You sit with a group that you belong to. Or maybe a cult you follow together, maybe part of the success coterie and they are all very nice people. Well dressed, perfumed and oh-so-much-love between one another, you know, just like how everyone in Bollywood are besties and get along?
So, as the evening progresses, the vodka, the whiskey, the wine is flowing like nectar.
Now each of them there need to feel nice about themselves. That’s why we party– to unwind and talk about ourselves, to fan our insecurities and pass them off as confidence. Here the richest one has the loudest opinion. Sometimes, next in the queue, the most intelligent one also holds forth, beating you senseless with fancy English, the latest book release, the next merger, the next political upheaval. I stuff my face with cheese in such situations. Pro tip: It’s pretty hard to get intimidated by anything when you’re stuffing your face with cheese.
Now they might start off with lofty topics like secularism, greek philosophy and human trafficking, but in half an hour they’re talking about all the awful people they know. Their “friends”, frenemies and adversaries doing immoral things and perhaps failing at some part of their lives.
No one can see the other person cringe inside when someone goes too far or touches a nerve, as they inevitably do at some point. It’s lucky we’re all sitting under the glow of the candle light, where we look pretty, the blemishes on our faces are hidden and shadows occasionally fall in sexy ways upon our expressions.
But imagine if the world had no Salman Khan, no Kangana Ranaut, no Arnab Goswami, no bitch who ratted on her husbands pristine reputation and broke down dramatically, imagine if someone didn’t fail, didn’t ever cheat on their spouses and was always honest. How on earth would we know we are good people?
So it’s extremely important to have a few enemies in life. Some haters. You hate them and they hate you and you can discuss till the wee hours about how you wouldn’t do such an awful thing. Alternatively, you can keep it to yourself and really stew in it for a bit.
But I am awful, I imagine a yacht with six tall Turkish men, lots of booze and sunlight, like the female version of DiCaprio on vacation. But I also want to crawl into the bed stand in your room, when the lights are off and you are alone.. and stick with me here.. I want to just watch your expressions? What does your face look like when you’re no longer pretending?
I’m intensely curious about honesty. I think people lie to themselves that they don’t like having enemies and don’t like being a little materialistic and that those things in the right amounts may actually be good for you.
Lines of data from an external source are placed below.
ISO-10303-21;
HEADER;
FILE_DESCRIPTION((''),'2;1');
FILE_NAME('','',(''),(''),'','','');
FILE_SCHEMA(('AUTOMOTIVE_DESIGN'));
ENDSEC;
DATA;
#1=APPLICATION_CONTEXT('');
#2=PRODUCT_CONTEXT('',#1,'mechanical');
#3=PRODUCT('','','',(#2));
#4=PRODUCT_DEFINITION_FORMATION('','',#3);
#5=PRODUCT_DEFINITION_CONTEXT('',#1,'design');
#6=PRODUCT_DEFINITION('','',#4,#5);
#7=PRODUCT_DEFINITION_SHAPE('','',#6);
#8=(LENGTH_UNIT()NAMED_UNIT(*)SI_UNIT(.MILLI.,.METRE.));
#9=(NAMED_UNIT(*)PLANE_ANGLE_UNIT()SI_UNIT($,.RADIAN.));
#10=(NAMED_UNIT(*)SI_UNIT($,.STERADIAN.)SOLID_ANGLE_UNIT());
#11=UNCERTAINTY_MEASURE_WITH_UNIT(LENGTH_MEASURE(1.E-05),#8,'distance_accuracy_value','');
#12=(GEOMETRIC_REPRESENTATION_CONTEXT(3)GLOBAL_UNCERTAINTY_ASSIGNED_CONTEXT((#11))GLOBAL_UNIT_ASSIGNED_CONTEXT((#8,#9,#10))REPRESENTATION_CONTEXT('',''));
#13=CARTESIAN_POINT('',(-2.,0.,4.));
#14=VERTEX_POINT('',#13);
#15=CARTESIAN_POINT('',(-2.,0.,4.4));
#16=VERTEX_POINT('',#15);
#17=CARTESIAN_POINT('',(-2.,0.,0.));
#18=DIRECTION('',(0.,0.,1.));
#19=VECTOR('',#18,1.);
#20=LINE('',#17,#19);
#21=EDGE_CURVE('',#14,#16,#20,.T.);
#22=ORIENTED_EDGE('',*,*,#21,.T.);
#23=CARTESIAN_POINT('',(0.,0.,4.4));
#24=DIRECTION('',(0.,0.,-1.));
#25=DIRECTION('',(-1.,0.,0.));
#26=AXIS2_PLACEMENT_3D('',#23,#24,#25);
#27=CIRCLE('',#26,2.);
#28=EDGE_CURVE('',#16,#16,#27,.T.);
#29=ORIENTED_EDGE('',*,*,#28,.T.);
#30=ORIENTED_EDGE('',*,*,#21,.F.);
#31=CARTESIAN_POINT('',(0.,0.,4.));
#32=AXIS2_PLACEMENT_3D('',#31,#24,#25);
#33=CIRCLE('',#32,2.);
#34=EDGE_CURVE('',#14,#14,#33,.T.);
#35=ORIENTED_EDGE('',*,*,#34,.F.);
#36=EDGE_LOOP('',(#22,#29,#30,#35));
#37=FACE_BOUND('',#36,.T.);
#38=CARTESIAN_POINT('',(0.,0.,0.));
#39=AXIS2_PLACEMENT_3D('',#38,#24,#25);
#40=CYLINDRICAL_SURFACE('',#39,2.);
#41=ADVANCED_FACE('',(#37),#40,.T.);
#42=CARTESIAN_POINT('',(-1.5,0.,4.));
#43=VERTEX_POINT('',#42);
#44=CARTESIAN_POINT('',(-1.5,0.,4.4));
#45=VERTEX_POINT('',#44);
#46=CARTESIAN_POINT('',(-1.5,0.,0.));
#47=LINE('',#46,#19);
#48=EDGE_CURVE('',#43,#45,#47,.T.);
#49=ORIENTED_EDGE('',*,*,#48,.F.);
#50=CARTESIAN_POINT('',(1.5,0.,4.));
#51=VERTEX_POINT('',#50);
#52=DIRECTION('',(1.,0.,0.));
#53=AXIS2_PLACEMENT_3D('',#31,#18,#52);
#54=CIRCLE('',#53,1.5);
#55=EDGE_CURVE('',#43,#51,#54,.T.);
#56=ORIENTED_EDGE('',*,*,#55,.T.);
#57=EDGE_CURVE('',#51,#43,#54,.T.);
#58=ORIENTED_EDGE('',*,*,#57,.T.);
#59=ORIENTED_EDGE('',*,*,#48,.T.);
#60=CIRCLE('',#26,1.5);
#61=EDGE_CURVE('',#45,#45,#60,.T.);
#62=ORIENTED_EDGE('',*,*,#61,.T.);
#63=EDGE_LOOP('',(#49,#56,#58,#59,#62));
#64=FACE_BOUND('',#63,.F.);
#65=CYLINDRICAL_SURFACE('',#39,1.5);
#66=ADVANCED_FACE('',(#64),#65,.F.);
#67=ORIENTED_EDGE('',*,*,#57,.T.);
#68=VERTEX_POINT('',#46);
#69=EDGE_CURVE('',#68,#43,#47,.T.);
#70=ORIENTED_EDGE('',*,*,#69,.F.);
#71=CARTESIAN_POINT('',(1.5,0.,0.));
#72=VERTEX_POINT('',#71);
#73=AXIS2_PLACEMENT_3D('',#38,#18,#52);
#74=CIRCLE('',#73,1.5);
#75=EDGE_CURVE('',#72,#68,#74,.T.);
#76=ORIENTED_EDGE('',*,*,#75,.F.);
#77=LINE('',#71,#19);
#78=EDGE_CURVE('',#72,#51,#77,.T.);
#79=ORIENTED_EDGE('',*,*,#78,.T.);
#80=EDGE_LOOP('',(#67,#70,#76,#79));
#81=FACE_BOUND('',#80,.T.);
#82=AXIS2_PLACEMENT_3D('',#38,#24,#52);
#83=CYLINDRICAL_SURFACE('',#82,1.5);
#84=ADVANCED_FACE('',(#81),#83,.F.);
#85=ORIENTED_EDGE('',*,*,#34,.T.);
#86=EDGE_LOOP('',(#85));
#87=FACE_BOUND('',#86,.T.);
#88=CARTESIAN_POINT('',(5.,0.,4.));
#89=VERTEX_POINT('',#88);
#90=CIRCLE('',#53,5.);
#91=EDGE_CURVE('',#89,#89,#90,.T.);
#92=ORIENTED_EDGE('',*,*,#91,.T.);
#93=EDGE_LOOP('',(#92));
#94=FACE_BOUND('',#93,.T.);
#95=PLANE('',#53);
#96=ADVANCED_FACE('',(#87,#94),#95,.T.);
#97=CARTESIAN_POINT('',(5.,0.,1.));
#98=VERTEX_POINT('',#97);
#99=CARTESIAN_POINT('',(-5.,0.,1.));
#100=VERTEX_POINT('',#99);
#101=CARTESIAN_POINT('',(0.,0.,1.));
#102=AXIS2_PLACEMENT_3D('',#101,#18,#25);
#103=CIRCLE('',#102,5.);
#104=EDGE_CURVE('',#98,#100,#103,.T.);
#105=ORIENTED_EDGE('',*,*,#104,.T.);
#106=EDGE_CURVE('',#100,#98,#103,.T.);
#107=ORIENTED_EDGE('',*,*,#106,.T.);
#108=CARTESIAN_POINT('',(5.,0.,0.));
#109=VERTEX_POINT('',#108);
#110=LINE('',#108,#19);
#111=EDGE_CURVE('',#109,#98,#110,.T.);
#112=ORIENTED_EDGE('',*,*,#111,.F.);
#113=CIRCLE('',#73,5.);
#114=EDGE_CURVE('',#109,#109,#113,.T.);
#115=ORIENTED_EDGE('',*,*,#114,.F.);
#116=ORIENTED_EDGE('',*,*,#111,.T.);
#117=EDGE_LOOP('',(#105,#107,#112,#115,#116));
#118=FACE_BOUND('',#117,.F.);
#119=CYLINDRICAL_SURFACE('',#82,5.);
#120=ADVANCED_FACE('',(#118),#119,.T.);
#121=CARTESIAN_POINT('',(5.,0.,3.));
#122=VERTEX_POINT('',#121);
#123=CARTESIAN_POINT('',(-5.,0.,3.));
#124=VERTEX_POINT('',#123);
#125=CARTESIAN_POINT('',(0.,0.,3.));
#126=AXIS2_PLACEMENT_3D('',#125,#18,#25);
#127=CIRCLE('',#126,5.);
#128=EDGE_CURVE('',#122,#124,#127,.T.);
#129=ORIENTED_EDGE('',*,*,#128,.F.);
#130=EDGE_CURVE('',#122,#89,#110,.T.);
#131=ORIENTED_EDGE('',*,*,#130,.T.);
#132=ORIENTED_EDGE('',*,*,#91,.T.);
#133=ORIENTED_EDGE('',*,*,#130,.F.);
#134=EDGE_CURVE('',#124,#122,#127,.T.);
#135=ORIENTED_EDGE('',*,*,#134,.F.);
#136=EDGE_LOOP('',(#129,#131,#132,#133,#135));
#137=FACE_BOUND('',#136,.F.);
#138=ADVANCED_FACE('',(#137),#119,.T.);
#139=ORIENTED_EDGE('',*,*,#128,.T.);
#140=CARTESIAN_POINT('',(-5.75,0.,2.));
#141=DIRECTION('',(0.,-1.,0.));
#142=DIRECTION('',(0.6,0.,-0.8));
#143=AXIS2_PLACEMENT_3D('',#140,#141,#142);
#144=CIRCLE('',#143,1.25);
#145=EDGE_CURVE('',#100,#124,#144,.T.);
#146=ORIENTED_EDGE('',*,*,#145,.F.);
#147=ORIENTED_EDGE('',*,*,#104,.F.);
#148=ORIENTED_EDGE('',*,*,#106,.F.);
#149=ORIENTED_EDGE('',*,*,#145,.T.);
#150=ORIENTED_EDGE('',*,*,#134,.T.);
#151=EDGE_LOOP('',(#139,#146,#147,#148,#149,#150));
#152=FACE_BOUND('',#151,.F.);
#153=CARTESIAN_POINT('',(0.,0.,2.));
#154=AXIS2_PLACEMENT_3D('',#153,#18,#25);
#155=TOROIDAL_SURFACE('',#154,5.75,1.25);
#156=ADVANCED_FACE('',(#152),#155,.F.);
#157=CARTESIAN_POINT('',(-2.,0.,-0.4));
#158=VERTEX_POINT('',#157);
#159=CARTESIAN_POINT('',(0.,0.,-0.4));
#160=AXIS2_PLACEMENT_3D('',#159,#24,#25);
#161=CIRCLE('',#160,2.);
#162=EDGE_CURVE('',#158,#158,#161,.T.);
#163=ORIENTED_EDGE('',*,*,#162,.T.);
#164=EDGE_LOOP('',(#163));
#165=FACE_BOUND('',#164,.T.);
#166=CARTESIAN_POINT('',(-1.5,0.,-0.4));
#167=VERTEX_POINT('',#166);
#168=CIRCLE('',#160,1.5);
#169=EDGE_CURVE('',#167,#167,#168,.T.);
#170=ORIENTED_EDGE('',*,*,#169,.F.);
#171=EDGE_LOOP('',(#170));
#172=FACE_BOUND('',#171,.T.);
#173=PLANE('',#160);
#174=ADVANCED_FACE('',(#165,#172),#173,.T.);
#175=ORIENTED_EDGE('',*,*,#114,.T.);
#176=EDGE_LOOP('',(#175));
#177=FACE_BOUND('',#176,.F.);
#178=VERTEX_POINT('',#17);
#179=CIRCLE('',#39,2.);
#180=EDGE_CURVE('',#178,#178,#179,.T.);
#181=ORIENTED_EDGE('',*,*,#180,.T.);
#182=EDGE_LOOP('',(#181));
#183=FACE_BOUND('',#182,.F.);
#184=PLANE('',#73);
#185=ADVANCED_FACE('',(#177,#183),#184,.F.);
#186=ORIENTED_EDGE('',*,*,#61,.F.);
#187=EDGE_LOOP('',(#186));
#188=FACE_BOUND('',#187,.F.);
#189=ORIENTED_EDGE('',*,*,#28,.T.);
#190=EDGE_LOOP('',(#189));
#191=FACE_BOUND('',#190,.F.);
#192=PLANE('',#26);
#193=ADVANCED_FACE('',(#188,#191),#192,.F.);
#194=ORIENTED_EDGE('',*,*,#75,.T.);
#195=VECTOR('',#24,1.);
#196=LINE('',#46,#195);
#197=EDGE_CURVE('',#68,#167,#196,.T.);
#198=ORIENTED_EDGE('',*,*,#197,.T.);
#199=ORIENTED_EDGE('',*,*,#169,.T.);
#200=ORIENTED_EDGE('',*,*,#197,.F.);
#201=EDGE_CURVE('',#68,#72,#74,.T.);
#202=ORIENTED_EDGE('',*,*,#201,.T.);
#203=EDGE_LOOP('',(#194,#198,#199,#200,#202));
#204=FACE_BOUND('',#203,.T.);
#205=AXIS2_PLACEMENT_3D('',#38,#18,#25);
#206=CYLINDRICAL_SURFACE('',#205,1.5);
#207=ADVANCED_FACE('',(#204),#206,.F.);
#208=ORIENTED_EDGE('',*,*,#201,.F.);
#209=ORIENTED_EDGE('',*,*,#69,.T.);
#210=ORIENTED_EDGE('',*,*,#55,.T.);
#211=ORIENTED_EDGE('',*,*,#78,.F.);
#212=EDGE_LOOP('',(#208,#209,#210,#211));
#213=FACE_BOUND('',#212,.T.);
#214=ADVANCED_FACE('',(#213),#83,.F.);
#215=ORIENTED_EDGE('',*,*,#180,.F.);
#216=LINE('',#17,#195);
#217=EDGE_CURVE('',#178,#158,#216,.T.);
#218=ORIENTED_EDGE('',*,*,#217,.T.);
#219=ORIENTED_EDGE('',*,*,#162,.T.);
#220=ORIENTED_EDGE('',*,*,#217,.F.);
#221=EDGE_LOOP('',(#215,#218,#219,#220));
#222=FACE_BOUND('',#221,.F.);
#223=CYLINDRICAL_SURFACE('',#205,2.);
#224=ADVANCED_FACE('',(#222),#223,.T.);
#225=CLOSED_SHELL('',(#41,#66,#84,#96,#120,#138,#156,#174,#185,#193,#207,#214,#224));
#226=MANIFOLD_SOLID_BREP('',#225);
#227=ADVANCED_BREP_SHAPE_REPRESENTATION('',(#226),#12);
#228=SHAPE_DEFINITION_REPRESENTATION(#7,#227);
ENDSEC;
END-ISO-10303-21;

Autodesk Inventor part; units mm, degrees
ref_plane "YZ Plane" through (0, 0, 0) normal (1, 0, 0) x (0, 1, 0)
ref_plane "XZ Plane" through (0, 0, 0) normal (0, 1, 0) x (-1, 0, 0)
ref_plane "XY Plane" through (0, 0, 0) normal (0, 0, 1) x (1, 0, 0)
sketch "Эскиз6" plane through (0, 0, 0) normal (0, 0, 1) x (1, 0, 0)
  circle A0 centre (0, 0) radius 1.5
  circle A1 centre (0, 0) radius 5
  dimension "d16" = 3
  dimension "d30" = 10
extrude "Выдавливание5" add sketch "Эскиз6" along normal blind 4
sketch "Эскиз7" plane through (0, 0, 0) normal (0, 1, 0) x (-1, 0, 0)
  line L0 (0, 0) -> (0, 4)
  line L1 (5, 4) -> (-5, 4) projected
  line L2 (5, 0) -> (5, 4) projected
  line L3 (5, 2) -> (4.5, 2)
  line L4 (5, 2) -> (5, 1)
  line L5 (5, 0) -> (5, 4) projected
  line L6 (5, 1) -> (5, 3)
  line L7 (5, 0) -> (5, 4) projected
  arc A0 (5, 3) -> (5, 1) centre (5.75, 2) ccw
  point P0 (6.5, 6)
  point P1 (6.5, 0)
  point P2 (5, 3)
  point P3 (5, 1)
  dimension "d31" = 0.5
  dimension "d32" = 1
  dimension "d33" = 2
revolve "Вращение2" cut sketch "Эскиз7" angle 360 about axis through (0, 0, 0) along (0, 0, 1)
fillet "Сопряжение3" [suppressed]
sketch "Эскиз8" plane through (0, 0, 0) normal (0, 0, -1) x (-1, 0, 0)
  circle A0 centre (0, 0) radius 2
  circle A1 centre (0, 0) radius 1.5
  dimension "d25" = 4
extrude "Выдавливание6" add sketch "Эскиз8" along normal blind 0.4 and the other way blind 4.4
properties part number "rolik_2" material "Серебро"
Don’t you actually want that great holiday? Lookers in your life? Wanting the trip by the sea and the perfect designer mask too? Yet call out the idiot who got caught for being honest or wrong? What is that feeling of proving a hater wrong, or self-actualizing by having a frenemy you use as a yardstick for how not to be? Is that actually pleasure or guilt you feel, or some emotion or need we haven’t come to terms with yet? I don’t think guilt, pleasure, fear, competition or even Schadenfreude capture the essence of it well enough.
I think it needs a new word: phonymony.
What I do know, is that as far as I am concerned, I just love those enemies who once made me feel lesser because it helps me feel noble about myself. Occasionally, I too experience that rarer, more spiritual version of this, where a strong enemy shows you you’re on the right life path. So, bring it on, haters! You make life worth living!